Is that due to a state regulation? I know the west coast has a lot of air quality issues, so it wouldn't surprise me. There are antique stove dealers all over New England.


----------



## bholler (Dec 27, 2018)

jerrieric said:


> Who says?


The state of california


----------



## bholler (Dec 27, 2018)

SpaceBus said:


> Is that due to a state regulation? I know the west coast has a lot of air quality issues, so it wouldn't surprise me. There are antique stove dealers all over New England.


Yes


----------



## MDWOOD (Dec 27, 2018)

Make a nice outdoor smoker out of it


----------



## jerrieric (Dec 27, 2018)

bholler said:


> The state of california


So you're going to let them in your house to inspect your installation? I know I mean they're not allowed in the house unless you give them permission.


----------



## SpaceBus (Dec 27, 2018)

jerrieric said:


> So you're going to let them in your house to inspect your installation?
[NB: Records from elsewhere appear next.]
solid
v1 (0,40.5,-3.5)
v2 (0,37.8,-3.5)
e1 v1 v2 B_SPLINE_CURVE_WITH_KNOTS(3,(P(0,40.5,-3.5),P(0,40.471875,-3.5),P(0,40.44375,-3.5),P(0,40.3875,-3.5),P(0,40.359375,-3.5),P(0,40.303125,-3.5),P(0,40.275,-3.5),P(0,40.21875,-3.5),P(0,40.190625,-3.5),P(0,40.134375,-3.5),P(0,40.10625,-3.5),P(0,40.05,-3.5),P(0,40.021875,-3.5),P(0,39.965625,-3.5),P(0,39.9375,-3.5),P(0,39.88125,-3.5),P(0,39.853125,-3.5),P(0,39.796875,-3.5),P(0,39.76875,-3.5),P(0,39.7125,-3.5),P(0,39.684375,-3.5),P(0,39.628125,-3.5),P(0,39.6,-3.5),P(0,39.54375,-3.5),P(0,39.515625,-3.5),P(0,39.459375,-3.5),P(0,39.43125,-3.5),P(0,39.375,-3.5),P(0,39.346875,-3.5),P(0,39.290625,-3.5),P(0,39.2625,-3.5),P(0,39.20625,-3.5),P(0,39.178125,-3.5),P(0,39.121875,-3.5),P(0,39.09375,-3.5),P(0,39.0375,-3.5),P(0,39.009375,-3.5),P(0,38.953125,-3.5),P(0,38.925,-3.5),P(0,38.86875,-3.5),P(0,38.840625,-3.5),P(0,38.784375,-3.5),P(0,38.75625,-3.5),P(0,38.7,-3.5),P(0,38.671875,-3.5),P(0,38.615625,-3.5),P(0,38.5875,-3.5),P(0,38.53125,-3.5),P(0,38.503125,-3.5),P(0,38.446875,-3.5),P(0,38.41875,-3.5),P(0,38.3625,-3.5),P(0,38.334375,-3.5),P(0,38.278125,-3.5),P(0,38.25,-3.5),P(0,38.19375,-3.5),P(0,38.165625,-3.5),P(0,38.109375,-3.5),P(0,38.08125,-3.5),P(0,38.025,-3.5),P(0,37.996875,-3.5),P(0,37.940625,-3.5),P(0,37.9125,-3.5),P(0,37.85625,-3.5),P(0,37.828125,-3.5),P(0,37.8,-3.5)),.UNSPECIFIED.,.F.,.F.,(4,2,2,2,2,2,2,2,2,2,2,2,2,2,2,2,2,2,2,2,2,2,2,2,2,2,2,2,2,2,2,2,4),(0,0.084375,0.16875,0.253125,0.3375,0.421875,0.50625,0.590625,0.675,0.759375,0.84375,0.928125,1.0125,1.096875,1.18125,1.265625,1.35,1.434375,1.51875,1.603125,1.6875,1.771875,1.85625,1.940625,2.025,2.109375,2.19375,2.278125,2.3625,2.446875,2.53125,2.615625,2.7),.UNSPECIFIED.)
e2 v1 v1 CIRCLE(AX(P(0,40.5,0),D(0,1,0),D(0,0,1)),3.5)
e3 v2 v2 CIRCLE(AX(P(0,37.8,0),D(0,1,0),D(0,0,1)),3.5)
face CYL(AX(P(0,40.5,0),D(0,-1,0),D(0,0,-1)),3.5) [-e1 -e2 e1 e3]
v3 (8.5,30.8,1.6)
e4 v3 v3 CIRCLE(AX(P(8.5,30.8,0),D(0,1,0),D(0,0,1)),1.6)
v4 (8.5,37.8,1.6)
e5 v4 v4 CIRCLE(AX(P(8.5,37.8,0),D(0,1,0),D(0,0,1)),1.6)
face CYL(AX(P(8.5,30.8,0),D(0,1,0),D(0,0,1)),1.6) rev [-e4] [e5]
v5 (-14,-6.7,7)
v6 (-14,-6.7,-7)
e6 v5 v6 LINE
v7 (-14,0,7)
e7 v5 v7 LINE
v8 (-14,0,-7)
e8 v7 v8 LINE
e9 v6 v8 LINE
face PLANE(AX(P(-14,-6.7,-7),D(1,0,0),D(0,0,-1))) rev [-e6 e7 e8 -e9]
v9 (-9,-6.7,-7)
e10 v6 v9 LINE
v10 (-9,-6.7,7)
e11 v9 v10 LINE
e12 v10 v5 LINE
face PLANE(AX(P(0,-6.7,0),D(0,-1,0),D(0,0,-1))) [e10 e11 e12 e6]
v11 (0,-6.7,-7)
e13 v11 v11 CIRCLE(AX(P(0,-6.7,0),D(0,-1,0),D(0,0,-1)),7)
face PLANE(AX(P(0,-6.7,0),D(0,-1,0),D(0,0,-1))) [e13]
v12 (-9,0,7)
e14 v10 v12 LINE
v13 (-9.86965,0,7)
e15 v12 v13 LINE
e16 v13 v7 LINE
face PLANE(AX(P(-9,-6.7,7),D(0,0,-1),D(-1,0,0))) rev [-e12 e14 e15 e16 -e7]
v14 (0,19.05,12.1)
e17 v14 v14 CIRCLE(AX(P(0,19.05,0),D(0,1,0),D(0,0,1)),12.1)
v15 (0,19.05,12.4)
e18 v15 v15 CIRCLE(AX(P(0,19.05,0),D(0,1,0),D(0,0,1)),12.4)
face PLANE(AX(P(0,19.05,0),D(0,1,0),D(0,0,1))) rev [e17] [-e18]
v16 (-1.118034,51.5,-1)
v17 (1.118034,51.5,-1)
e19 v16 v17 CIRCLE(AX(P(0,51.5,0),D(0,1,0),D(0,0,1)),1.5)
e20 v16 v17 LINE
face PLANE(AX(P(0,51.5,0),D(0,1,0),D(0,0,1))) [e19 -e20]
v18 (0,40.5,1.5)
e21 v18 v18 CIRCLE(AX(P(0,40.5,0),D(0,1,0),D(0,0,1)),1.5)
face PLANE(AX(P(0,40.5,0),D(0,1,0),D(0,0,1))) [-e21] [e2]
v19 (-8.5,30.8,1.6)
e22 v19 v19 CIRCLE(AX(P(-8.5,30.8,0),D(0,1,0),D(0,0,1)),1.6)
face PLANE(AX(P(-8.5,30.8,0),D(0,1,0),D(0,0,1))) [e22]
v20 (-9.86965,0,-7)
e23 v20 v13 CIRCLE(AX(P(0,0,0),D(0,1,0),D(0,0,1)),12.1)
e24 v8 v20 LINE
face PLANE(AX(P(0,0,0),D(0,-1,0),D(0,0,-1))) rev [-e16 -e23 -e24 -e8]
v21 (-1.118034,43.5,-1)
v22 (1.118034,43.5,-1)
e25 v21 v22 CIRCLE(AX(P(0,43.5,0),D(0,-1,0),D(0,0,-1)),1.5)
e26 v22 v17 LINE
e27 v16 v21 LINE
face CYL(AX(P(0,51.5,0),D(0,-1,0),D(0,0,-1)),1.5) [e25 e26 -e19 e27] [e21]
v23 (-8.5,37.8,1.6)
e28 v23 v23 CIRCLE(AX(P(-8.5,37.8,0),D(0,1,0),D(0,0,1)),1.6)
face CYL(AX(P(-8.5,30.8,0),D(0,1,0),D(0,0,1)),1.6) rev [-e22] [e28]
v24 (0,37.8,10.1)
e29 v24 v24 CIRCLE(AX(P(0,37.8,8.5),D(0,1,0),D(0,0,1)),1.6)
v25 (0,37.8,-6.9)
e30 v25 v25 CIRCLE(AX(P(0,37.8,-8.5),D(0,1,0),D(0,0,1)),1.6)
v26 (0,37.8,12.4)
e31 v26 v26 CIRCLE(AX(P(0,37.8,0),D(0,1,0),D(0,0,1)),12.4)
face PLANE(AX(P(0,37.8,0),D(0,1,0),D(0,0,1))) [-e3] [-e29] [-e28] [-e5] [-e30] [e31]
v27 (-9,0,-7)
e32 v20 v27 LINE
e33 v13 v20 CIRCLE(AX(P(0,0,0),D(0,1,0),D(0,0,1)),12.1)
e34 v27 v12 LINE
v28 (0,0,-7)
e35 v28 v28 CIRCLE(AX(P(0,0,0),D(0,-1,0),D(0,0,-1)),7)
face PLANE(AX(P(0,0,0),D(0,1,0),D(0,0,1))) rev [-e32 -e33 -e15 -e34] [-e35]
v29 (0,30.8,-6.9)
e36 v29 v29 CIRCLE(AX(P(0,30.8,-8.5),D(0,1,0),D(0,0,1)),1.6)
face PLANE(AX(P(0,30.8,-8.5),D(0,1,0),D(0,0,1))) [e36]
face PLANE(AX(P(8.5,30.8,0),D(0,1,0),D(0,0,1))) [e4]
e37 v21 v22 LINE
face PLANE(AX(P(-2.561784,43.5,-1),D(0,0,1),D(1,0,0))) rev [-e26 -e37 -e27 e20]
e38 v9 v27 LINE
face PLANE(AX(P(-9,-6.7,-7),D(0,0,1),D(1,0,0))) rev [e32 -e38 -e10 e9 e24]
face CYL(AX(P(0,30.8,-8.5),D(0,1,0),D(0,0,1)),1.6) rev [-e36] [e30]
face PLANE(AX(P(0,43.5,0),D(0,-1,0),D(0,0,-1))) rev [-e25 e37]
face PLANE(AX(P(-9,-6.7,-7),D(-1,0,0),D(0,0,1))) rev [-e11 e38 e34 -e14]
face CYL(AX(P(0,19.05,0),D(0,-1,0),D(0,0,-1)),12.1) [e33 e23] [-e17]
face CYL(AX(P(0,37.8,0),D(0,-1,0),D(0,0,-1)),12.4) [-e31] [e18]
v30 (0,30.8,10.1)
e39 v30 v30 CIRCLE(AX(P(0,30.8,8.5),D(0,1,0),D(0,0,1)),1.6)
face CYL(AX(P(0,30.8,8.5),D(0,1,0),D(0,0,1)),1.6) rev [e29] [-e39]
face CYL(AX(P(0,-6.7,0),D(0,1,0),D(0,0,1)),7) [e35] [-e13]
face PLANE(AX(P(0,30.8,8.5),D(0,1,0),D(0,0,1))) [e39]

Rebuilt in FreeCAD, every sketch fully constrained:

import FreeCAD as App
import Part
import Sketcher


def add_polygon(sketch, points):
    """Adds a closed chain of lines whose ends are joined by coincident constraints."""
    first, n = sketch.GeometryCount, len(points)
    for a, b in zip(points, points[1:] + points[:1]):
        sketch.addGeometry(Part.LineSegment(App.Vector(*a, 0), App.Vector(*b, 0)), False)
    for i in range(n):
        sketch.addConstraint(Sketcher.Constraint("Coincident", first + i, 2, first + (i + 1) % n, 1))

doc = App.newDocument("Part")
body = doc.addObject("PartDesign::Body", "Body")

# Sketch on XZ plane
sketch1 = body.newObject("Sketcher::SketchObject", "Sketch")
sketch1.AttachmentSupport = (doc.getObject("XZ_Plane"), [""])
sketch1.MapMode = "FlatFace"
sketch1.addGeometry(Part.Circle(App.Vector(0, 0, 0), App.Vector(0, 0, 1), 12), False)
sketch1.addConstraint([
    Sketcher.Constraint("Coincident", 0, 3, -1, 1),
    Sketcher.Constraint("Diameter", 0, 24.2),
])
pad1 = body.newObject("PartDesign::Pad", "Pad")
pad1.Profile = sketch1
pad1.Length = 19.05
pad1.Reversed = True

# Sketch on XZ plane
sketch2 = body.newObject("Sketcher::SketchObject", "Sketch001")
sketch2.AttachmentSupport = (doc.getObject("XZ_Plane"), [""])
sketch2.MapMode = "FlatFace"
sketch2.AttachmentOffset = App.Placement(App.Vector(0, 0, -19.05), App.Rotation())
sketch2.addGeometry(Part.Circle(App.Vector(0, 0, 0), App.Vector(0, 0, 1), 12), False)
sketch2.addConstraint([
    Sketcher.Constraint("Coincident", 0, 3, -1, 1),
    Sketcher.Constraint("Diameter", 0, 24.8),
])
pad2 = body.newObject("PartDesign::Pad", "Pad001")
pad2.Profile = sketch2
pad2.Length = 18.75
pad2.Reversed = True

# Sketch on XZ plane
sketch3 = body.newObject("Sketcher::SketchObject", "Sketch002")
sketch3.AttachmentSupport = (doc.getObject("XZ_Plane"), [""])
sketch3.MapMode = "FlatFace"
sketch3.AttachmentOffset = App.Placement(App.Vector(0, 0, -37.8), App.Rotation())
sketch3.addGeometry(Part.Circle(App.Vector(0, 0, 0), App.Vector(0, 0, 1), 3.5), False)
sketch3.addConstraint([
    Sketcher.Constraint("Coincident", 0, 3, -1, 1),
    Sketcher.Constraint("Diameter", 0, 7.0),
])
pad3 = body.newObject("PartDesign::Pad", "Pad002")
pad3.Profile = sketch3
pad3.Length = 2.7
pad3.Reversed = True

# Sketch on XZ plane
sketch4 = body.newObject("Sketcher::SketchObject", "Sketch003")
sketch4.AttachmentSupport = (doc.getObject("XZ_Plane"), [""])
sketch4.MapMode = "FlatFace"
sketch4.AttachmentOffset = App.Placement(App.Vector(0, 0, -40.5), App.Rotation())
sketch4.addGeometry(Part.Circle(App.Vector(0, 0, 0), App.Vector(0, 0, 1), 1.5), False)
sketch4.addConstraint([
    Sketcher.Constraint("Coincident", 0, 3, -1, 1),
    Sketcher.Constraint("Diameter", 0, 3.0),
])
pad4 = body.newObject("PartDesign::Pad", "Pad003")
pad4.Profile = sketch4
pad4.Length = 11
pad4.Reversed = True

# Sketch on XZ plane
sketch5 = body.newObject("Sketcher::SketchObject", "Sketch004")
sketch5.AttachmentSupport = (doc.getObject("XZ_Plane"), [""])
sketch5.MapMode = "FlatFace"
sketch5.AttachmentOffset = App.Placement(App.Vector(0, 0, -37.8), App.Rotation())
sketch5.addGeometry([
    Part.Circle(App.Vector(0, -8.5, 0), App.Vector(0, 0, 1), 1.6),
    Part.Circle(App.Vector(8.5, 0, 0), App.Vector(0, 0, 1), 1.6),
    Part.Circle(App.Vector(0, 8.5, 0), App.Vector(0, 0, 1), 1.6),
    Part.Circle(App.Vector(-8.5, 0, 0), App.Vector(0, 0, 1), 1.6),
], False)
sketch5.addConstraint([
    Sketcher.Constraint("Equal", 0, 1),
    Sketcher.Constraint("Equal", 1, 2),
    Sketcher.Constraint("Equal", 2, 3),
    Sketcher.Constraint("Symmetric", 0, 3, 2, 3, -1, 1),
    Sketcher.Constraint("Symmetric", 1, 3, 3, 3, -1, 1),
    Sketcher.Constraint("PointOnObject", 0, 3, -2),
    Sketcher.Constraint("PointOnObject", 1, 3, -1),
    Sketcher.Constraint("Diameter", 0, 3.2),
    Sketcher.Constraint("DistanceY", 0, 3, 2, 3, 17.0),
    Sketcher.Constraint("DistanceX", 3, 3, 1, 3, 17.0),
])
pocket1 = body.newObject("PartDesign::Pocket", "Pocket")
pocket1.Profile = sketch5
pocket1.Length = 7
pocket1.Reversed = True

# Sketch on XZ plane
sketch6 = body.newObject("Sketcher::SketchObject", "Sketch005")
sketch6.AttachmentSupport = (doc.getObject("XZ_Plane"), [""])
sketch6.MapMode = "FlatFace"
sketch6.AttachmentOffset = App.Placement(App.Vector(0, 0, -51.5), App.Rotation())
add_polygon(sketch6, [(-2.6, -2), (-2.6, -1), (2.6, -1), (2.6, -2)])  # lines 0-3
sketch6.addConstraint([
    Sketcher.Constraint("Vertical", 0),
    Sketcher.Constraint("Horizontal", 1),
    Sketcher.Constraint("Vertical", 2),
    Sketcher.Constraint("Horizontal", 3),
    Sketcher.Constraint("DistanceY", 0, 1, 0, 2, 1.0),
    Sketcher.Constraint("DistanceY", 0, 2, -1, 1, 1.0),
    Sketcher.Constraint("DistanceX", 1, 1, 1, 2, 5.123568),
    Sketcher.Constraint("DistanceX", 0, 2, -1, 1, 2.561784),
])
pocket2 = body.newObject("PartDesign::Pocket", "Pocket001")
pocket2.Profile = sketch6
pocket2.Length = 8
pocket2.Reversed = True

# Sketch on XZ plane
sketch7 = body.newObject("Sketcher::SketchObject", "Sketch006")
sketch7.AttachmentSupport = (doc.getObject("XZ_Plane"), [""])
sketch7.MapMode = "FlatFace"
sketch7.addGeometry(Part.Circle(App.Vector(0, 0, 0), App.Vector(0, 0, 1), 7), False)  # 0
add_polygon(sketch7, [(-14, 7), (-14, -7), (-9, -7), (-9, 7)])  # lines 1-4
sketch7.addConstraint([
    Sketcher.Constraint("Vertical", 1),
    Sketcher.Constraint("Horizontal", 2),
    Sketcher.Constraint("Vertical", 3),
    Sketcher.Constraint("Horizontal", 4),
    Sketcher.Constraint("Coincident", 0, 3, -1, 1),
    Sketcher.Constraint("Diameter", 0, 14.0),
    Sketcher.Constraint("DistanceX", 2, 1, 2, 2, 5.0),
    Sketcher.Constraint("DistanceY", 1, 2, 1, 1, 14.0),
    Sketcher.Constraint("DistanceX", 1, 2, -1, 1, 14.0),
    Sketcher.Constraint("DistanceY", 1, 2, -1, 1, 7.0),
])
pad5 = body.newObject("PartDesign::Pad", "Pad004")
pad5.Profile = sketch7
pad5.Length = 6.7

doc.recompute()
I know I mean they're not allowed in the house unless you give them permission.



It's not worth the hassle, CA is nothing like ME.


----------



## bholler (Dec 27, 2018)

jerrieric said:


> So you're going to let them in your house to inspect your installation? I know I mean they're not allowed in the house unless you give them permission.


It is against the law to install a pre epa stove.  Yes you could probably get away with it but you might regret it if you ever have to make an insurance claim.


----------



## jerrieric (Dec 27, 2018)

And what is the stove was installed prior to EPA emission standards? And who's to say when it was installed?


----------



## bholler (Dec 27, 2018)

jerrieric said:


> And what is the stove was installed prior to EPA emission standards? And who's to say when it was installed?


Listen that is the law.  Yes you can choose to ignore it as you can with any law.  But by doing so you assume the risks and possible repercussions involved with that.   In some areas of CA you can't burn pre epa stuff at all regardless of when it was installed


----------



## mar13 (Dec 27, 2018)

I'll look into the smoker idea.  Having 2 young kids, it's very unlikely I'd make the time to clean up the stove to make it pretty.

I've already had a college student willing to take the stove, but (1) state rules, (2) I don't want to risk them getting CO poisoning, and (3) I'm tired of choking on other people's wood smoke when bicycling/walking past their houses.  I suspect that if people were careful to only burn dry wood and not dampen down their fires so much, the requirement for EPA stoves would have never developed, but most people aren't so obsessed with trying to get clean burns.

I'd post a picture, but that'd require digging it out from under stuff in the garage.  Here's a person with a slightly smaller equivalent stove which is in worse shape than mine:


----------



## jerrieric (Dec 27, 2018)

bholler said:


> Listen that is the law.  Yes you can choose to ignore it as you can with any law.  But by doing so you assume the risks and possible repercussions involved with that.   In some areas of CA you can't burn pre epa stuff at all regardless of when it was installed


Well I guess that's California for you one of the snowflake States


----------



## bholler (Dec 27, 2018)

jerrieric said:


> Well I guess that's California for you one of the snowflake States


No it is a state which has lots of problems with air inversions which cause the smoke to lay on or close to the ground.  If being a snowflake means wanting to be able to breath clean air then yes i suppose they are.  As am I.


----------



## jerrieric (Dec 27, 2018)

bholler said:


> No it is a state which has lots of problems with air inversions which cause the smoke to lay on or close to the ground.  If being a snowflake means wanting to be able to breath clean air then yes i suppose they are.  As am I.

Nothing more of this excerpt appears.